Stress gradients in fretting fatigue

Abstract

This thesis is part of an international research program (IRG Cognac) initiated by the engine manufacturer SNECMA (SAFRAN group) involving ENS Cachan, UnB, ENSMA, CNRS, Snecma, Turbomeca et Messier Bugatti Dowty. The thesis focuses on the effect of a stress gradient in fretting fatigue. Fretting-fatigue refers to the damage process localized at the frontier of the contact between two contacting bodies subjected to fatigue loadings. The prediction of this phenomenon is of major importance in determining, for instance, the lifetime of fan's disc. In the vicinity of the contact front, the stress field inherited from the contact loads is maximal at the surface and displays a strong gradient from the surface. It was shown in this thesis, for a Ti-6AL-4V alloy, that local approaches, based on local stresses at the most critical point, are not appropriate to predict fretting fatigue lives.
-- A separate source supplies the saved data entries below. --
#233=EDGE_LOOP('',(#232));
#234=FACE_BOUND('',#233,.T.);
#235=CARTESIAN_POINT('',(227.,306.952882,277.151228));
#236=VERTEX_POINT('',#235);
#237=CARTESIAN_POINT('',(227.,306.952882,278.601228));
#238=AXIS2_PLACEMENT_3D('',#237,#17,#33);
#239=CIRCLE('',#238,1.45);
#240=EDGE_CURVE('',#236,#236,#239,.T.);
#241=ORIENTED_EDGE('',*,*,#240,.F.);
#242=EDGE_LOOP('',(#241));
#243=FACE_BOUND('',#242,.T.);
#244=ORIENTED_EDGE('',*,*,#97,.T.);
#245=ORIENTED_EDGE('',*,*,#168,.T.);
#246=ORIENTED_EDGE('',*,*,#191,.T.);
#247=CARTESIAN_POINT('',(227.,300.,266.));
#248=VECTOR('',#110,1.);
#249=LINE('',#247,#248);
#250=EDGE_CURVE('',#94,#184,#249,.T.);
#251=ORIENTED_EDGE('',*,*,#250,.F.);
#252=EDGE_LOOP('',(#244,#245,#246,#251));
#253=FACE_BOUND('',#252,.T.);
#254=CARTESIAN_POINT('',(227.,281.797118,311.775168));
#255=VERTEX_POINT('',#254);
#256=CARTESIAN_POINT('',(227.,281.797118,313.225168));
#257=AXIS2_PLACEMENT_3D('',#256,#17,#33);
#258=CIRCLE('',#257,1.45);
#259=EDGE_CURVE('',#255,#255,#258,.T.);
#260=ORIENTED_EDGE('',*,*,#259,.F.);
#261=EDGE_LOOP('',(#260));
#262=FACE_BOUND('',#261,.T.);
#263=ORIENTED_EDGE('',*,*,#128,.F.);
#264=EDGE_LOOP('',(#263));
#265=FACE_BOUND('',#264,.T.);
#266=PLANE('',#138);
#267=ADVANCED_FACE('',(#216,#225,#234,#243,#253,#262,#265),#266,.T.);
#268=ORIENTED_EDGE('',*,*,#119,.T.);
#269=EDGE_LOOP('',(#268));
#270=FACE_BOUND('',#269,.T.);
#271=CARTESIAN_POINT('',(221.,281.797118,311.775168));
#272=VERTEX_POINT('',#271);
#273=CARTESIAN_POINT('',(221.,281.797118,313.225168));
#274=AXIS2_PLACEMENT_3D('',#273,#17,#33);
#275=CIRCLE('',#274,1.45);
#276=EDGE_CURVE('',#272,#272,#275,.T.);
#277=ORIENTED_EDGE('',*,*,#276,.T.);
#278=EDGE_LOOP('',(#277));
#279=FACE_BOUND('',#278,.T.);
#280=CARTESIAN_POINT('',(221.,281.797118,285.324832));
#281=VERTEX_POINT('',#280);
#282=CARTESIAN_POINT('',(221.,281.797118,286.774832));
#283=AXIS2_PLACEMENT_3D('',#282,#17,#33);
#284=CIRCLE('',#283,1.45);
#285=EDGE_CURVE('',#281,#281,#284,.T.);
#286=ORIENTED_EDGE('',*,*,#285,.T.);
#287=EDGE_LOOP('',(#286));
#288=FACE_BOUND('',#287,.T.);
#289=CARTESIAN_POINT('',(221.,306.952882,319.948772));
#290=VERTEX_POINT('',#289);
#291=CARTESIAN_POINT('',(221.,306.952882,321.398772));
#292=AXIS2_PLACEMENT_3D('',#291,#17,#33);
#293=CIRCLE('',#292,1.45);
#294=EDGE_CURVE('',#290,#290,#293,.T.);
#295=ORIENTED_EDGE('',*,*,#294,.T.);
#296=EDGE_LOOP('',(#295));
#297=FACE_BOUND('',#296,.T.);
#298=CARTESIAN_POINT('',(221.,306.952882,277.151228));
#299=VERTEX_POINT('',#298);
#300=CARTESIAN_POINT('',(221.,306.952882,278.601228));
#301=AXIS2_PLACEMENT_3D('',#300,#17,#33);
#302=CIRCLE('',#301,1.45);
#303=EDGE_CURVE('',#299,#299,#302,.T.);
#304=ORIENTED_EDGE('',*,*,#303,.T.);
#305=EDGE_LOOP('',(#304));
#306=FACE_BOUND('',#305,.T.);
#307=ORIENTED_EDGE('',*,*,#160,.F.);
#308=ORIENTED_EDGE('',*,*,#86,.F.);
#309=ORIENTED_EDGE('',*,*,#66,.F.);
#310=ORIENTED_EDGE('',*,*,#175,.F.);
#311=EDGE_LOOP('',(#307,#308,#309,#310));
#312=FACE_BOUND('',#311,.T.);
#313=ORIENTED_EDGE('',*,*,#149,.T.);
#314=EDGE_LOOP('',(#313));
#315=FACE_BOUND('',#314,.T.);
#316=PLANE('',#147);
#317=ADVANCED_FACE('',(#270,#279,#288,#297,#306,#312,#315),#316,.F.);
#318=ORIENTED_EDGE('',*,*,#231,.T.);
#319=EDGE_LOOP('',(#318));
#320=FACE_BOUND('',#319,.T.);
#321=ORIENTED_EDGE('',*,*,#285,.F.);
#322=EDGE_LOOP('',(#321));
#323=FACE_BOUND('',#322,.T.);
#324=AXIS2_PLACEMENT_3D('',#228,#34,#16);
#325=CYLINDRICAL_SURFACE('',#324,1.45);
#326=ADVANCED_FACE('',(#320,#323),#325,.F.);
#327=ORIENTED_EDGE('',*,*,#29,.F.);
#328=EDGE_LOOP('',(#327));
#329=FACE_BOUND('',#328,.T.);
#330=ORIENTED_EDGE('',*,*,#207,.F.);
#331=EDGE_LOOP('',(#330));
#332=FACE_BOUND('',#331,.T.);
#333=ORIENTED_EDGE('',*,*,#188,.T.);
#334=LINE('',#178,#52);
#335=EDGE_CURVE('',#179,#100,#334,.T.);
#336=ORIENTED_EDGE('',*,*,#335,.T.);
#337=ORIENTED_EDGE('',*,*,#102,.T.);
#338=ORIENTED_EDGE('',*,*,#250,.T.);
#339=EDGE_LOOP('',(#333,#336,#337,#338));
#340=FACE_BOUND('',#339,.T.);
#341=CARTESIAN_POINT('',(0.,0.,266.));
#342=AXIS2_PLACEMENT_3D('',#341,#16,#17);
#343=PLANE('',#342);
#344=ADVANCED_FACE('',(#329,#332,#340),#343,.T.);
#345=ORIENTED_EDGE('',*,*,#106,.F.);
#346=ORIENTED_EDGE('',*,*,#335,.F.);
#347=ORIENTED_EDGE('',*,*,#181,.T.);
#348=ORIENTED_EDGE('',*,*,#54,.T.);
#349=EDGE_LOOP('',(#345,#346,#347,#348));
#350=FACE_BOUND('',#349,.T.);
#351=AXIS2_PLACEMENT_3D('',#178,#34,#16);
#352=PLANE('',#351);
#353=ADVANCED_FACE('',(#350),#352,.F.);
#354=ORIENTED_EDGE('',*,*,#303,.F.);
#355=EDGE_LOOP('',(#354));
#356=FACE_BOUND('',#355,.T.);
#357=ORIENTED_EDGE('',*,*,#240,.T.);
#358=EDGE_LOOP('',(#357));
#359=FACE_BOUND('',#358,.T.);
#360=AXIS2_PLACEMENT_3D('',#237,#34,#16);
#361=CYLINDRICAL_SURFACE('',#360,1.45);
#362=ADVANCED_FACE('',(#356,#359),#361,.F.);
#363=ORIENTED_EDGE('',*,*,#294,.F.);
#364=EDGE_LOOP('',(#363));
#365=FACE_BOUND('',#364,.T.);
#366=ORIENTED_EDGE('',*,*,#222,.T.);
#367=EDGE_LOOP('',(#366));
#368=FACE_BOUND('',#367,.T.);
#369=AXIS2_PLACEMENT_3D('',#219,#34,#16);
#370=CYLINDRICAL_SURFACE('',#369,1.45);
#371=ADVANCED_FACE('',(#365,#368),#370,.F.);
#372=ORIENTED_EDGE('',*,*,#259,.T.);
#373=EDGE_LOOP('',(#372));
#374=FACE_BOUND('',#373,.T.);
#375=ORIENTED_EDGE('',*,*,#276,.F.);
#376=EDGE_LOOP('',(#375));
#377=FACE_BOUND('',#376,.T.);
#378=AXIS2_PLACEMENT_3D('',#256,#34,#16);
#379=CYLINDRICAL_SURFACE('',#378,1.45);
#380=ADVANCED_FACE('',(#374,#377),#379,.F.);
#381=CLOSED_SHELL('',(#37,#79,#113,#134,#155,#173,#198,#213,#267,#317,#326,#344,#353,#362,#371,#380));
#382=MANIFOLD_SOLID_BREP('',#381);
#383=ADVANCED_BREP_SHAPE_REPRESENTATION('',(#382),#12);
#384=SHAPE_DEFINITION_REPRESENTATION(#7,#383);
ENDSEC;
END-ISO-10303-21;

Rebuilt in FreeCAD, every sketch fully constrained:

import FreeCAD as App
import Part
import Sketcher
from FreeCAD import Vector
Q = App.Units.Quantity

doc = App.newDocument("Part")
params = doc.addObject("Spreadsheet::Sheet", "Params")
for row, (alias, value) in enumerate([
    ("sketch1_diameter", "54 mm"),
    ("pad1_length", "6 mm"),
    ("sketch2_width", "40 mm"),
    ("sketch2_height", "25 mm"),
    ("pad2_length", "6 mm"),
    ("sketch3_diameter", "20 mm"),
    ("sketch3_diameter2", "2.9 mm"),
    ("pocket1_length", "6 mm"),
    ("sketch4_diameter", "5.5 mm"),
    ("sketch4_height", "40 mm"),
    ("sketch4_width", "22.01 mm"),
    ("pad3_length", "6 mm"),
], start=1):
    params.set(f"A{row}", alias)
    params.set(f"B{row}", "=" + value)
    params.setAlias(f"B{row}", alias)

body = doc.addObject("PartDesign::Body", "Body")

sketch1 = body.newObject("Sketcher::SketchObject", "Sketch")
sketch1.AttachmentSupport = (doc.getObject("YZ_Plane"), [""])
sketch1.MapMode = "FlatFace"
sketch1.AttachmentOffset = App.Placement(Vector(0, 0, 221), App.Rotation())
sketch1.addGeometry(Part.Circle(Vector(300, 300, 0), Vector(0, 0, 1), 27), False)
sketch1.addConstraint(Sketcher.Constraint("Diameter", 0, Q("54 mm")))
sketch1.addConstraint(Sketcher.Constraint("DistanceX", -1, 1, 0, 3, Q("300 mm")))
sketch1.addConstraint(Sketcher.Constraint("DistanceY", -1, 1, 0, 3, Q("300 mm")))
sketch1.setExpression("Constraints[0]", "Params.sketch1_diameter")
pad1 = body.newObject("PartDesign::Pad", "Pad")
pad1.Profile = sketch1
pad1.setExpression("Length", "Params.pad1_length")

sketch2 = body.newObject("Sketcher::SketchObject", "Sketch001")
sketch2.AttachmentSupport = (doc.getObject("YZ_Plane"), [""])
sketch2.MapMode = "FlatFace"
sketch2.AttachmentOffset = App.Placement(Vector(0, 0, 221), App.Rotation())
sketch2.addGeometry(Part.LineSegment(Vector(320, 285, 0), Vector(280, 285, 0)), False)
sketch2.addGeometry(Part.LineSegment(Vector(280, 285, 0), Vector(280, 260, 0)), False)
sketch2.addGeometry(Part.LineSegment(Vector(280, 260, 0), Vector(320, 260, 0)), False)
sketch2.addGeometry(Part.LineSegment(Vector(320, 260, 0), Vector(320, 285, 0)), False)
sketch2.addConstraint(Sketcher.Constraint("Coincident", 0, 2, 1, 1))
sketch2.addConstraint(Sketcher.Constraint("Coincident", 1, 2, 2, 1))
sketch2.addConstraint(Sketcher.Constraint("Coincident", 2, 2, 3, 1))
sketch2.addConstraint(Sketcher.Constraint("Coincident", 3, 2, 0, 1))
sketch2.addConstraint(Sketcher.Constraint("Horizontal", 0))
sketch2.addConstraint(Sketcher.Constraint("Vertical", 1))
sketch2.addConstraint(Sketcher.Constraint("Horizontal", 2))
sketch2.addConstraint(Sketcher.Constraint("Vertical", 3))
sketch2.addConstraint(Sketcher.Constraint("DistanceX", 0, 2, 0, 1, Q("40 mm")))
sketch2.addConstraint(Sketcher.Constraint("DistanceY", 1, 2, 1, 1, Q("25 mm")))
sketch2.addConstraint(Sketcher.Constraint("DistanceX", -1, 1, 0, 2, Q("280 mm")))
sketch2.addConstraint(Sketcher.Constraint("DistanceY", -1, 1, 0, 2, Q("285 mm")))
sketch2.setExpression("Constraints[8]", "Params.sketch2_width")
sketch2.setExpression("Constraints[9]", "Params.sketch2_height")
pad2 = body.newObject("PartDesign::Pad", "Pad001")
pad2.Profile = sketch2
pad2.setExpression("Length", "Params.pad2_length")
As a matter of fact, short cracks initiated at the most critical point may stop if the stress decay from the surface is strong enough or may continue their growth, up to the failure of the component, if the stress gradient from the surface is not string enough. A second difficulty is the multiaxial and non-proportional nature of the loading conditions. Fatigue-fretting stems from the combination of loads that have neither the same spatial distribution nor the same time-dependency. In fretting-fatigue tests, three loading components are considered, the fatigue loading of the component (cyclic), the normal part (assumed to be constant) and the in-plane part (cyclic) of the loads between the two contacting components. To quantify the effect of the stress gradient, tests were carried out on a fatigue testing contact bench developed at the University of Brasilia, with experimental conditions ensuring different stress gradient while keeping the maximal stress the same. Damage mechanisms were studied using post-mortem analysis and optical microscopy on the contact elements tested. The prediction of the fretting fatigue life was done using different approaches. The first one is based on the Critical Distance Method and a fatigue criterion. The second is based on a K-based short crack arrest method. Finally, a new criterion was proposed. This method considers a generalized von Mises yield criterion for the crack tip region and accounts for the T-stresses in the asymptotic LEFM development.